The French danseuse Marie Sallé gained popularity during the early 18th century due to her usage of looser costuming that went against the more modestly-designed attire of dancers during this era. This initially scandalized audiences, but fascination from the court brought her to London where, in 1717, she danced in a production of Handel's Rinaldo, which subsequently caught the attention of the composer. The two crossed paths later, in 1725 and 1733 respectively, and after appearing in a widely acclaimed staging of Rameau's Pygmalion, gained far more appreciation in the English capital compared to her considerably critical Parisian audience. After being contracted at Covent Garden, Sallé began a long partnership with Handel which resulted in the composer writing ballet music for her in a handful of his operas, such as Il pastor fido, Ariodante and Alcina. After appearing onstage in man's attire, Sallé was aggressively hissed off stage and after her popularity in Britain waned, she returned to France.

The next big step occurred in the early years of the nineteenth century, when principal dancers changed from using hard shoes to ballet pumps. This enabled a more free-flowing style of music to be used. Marie Taglioni (1804–1884) is credited with being the first ballerina to dance en pointe in La Sylphide in 1832. It was now possible to have music that was more expressive. Gradually, dancing became more daring, with men lifting the ballerinas into the air.

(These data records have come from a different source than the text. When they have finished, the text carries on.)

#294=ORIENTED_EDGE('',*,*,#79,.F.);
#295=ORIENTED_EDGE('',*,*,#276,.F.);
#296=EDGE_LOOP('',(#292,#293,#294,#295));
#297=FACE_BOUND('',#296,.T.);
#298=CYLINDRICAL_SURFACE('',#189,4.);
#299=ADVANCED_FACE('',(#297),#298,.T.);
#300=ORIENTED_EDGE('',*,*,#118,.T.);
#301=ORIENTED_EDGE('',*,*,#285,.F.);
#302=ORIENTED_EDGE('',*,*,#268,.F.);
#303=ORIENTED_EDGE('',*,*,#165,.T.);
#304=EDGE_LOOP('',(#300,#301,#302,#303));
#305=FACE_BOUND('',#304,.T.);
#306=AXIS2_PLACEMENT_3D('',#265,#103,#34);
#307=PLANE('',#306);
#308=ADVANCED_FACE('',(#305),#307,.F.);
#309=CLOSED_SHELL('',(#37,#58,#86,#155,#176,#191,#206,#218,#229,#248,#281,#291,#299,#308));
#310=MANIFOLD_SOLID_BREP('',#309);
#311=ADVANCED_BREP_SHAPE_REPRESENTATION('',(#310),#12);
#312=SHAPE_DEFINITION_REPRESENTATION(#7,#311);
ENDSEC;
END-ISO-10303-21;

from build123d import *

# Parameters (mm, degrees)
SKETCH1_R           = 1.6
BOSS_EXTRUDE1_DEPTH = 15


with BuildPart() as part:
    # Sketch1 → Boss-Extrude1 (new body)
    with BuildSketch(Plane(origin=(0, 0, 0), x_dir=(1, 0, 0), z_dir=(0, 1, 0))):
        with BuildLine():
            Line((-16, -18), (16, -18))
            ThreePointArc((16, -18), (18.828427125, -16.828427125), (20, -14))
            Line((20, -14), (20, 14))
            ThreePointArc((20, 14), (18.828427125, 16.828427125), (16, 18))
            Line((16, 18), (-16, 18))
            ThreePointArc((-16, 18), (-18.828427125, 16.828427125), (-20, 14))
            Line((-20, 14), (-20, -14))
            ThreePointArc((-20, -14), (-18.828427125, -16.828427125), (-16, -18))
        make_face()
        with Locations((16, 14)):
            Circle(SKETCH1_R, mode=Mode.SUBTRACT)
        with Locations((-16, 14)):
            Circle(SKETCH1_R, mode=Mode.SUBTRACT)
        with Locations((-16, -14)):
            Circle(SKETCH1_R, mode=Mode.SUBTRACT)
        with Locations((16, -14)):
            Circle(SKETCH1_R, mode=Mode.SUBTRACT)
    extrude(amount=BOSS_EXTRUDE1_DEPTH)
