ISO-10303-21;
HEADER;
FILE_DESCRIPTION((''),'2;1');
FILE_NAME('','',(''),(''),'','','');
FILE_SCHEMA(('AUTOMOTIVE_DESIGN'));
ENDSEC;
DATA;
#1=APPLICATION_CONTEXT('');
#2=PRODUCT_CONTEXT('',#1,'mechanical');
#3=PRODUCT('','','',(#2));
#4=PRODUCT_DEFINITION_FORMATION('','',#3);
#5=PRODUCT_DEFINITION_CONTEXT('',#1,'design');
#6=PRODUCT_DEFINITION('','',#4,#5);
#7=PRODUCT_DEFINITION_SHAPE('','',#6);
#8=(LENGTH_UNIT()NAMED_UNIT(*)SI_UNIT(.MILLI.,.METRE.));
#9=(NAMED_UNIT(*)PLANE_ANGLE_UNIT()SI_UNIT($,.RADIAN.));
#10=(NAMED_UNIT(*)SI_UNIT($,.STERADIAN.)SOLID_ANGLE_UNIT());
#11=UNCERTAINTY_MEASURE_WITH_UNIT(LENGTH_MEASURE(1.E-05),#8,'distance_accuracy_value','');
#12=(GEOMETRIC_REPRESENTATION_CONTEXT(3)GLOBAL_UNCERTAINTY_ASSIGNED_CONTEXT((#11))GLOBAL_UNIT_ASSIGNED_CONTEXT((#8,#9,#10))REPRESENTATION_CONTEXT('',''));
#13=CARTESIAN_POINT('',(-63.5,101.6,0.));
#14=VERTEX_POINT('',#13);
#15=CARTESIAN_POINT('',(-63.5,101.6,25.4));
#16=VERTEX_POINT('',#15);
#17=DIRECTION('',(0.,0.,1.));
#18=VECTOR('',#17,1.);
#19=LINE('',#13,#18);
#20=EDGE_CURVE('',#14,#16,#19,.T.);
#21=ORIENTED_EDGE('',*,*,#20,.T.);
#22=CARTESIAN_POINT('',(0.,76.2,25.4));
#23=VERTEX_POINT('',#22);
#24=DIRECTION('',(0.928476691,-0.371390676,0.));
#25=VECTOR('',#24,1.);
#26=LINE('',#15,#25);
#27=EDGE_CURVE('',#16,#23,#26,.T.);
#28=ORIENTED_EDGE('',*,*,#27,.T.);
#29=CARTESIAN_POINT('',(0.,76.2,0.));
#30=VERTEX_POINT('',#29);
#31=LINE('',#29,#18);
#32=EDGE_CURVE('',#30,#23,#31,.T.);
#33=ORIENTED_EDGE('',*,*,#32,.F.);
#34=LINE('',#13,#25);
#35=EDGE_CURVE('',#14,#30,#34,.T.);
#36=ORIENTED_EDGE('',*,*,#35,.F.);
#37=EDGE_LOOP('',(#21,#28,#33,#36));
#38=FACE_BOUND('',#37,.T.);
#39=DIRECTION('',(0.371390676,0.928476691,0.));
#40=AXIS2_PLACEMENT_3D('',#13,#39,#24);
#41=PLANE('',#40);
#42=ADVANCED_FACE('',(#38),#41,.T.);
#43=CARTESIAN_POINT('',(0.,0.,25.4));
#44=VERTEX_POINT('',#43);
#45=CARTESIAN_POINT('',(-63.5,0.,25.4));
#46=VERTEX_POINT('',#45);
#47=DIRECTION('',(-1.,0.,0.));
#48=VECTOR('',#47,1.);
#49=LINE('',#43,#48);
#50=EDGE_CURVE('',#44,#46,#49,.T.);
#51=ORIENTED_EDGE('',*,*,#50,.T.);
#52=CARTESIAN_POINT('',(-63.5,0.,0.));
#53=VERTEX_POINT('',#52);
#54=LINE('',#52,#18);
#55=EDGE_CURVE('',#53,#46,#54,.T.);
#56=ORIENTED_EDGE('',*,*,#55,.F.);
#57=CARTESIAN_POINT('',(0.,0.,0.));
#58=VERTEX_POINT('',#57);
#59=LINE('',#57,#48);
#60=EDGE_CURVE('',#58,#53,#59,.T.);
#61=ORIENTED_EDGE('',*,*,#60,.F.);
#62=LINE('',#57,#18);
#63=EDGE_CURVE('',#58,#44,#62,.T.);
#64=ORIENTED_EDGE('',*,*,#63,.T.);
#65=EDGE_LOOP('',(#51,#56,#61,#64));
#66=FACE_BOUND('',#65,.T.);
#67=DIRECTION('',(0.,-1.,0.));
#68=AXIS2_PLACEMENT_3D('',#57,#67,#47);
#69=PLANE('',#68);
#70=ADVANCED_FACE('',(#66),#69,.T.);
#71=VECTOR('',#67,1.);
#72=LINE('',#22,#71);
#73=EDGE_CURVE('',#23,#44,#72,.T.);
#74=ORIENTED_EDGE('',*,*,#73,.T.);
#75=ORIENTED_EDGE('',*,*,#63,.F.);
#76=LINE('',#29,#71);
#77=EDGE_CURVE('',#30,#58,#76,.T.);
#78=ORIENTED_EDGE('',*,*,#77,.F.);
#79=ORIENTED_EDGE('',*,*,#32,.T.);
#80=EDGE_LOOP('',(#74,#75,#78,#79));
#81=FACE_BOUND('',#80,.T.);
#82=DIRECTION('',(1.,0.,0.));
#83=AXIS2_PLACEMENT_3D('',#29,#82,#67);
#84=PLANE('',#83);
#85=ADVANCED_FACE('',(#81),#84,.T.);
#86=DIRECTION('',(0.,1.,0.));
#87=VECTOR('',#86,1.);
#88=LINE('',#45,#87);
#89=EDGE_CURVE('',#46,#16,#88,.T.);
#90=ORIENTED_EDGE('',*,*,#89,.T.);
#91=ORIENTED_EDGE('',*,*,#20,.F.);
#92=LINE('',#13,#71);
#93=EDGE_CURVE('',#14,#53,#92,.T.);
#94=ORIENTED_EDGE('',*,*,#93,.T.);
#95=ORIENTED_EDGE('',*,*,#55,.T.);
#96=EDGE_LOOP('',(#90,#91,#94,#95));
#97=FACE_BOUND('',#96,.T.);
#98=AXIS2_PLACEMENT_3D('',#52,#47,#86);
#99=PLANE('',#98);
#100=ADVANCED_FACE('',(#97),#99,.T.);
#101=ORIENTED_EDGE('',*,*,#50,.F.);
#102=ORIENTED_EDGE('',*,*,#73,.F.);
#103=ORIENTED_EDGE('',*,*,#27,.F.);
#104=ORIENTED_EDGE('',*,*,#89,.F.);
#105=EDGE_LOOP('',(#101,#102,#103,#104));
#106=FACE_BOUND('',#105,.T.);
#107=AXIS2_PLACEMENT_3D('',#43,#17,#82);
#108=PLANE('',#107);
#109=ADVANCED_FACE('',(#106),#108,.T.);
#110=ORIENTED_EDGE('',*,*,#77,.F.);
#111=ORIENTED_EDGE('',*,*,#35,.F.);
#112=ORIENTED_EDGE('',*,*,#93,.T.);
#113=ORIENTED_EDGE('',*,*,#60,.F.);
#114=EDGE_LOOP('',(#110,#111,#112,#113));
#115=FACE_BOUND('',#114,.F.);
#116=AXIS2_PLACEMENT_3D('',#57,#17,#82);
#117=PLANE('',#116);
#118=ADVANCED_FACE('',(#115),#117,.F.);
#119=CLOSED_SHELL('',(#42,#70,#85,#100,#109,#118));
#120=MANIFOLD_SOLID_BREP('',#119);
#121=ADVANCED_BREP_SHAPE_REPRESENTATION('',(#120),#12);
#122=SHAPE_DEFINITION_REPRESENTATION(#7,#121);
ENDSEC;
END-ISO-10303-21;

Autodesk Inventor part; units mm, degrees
ref_plane "YZ Plane" through (0, 0, 0) normal (1, 0, 0) x (0, 1, 0)
ref_plane "XZ Plane" through (0, 0, 0) normal (0, 1, 0) x (-1, 0, 0)
ref_plane "XY Plane" through (0, 0, 0) normal (0, 0, 1) x (1, 0, 0)
sketch "Sketch1" plane through (0, 0, 0) normal (0, 0, 1) x (1, 0, 0)
  line L0 (0, 0) -> (-63.5, 0)
  line L1 (-63.5, 0) -> (-63.5, 76.2)
  line L2 (-63.5, 76.2) -> (0, 76.2)
  line L3 (0, 76.2) -> (0, 0)
  line L4 (-63.5, 76.2) -> (-63.5, 101.6)
  line L5 (-63.5, 101.6) -> (0, 76.2)
  dimension "d0" = 76.2
  dimension "d1" = 63.5
  dimension "d2" = 101.6
extrude "Extrusion1" add sketch "Sketch1" along normal blind 25.4
properties part number "Wedge Dim"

Until the time of Tchaikovsky, the composer of ballets was considered to be separate from the composer of symphonies. Ballet music was an accompaniment for the solo and ensemble dances. Tchaikovsky's Swan Lake was the first ballet score to be created by a symphonic composer. Following the initiative of Tchaikovsky, ballet composers were no longer writing simple, easily danceable pieces. The focus of a ballet was no longer solely the dance; the music behind the dances began to take an equal prevalence. In the late 19th century, Marius Petipa, French ballet choreographer and dancer, worked with composers such as Cesare Pugni to create ballet masterpieces that boasted both complex dance and complex music. Petipa worked with Tchaikovsky as well, whether through collaboration with Tchaikovsky on his work The Sleeping Beauty and The Nutcracker, or indirectly through revision of Tchaikovsky's Swan Lake after the composer's death.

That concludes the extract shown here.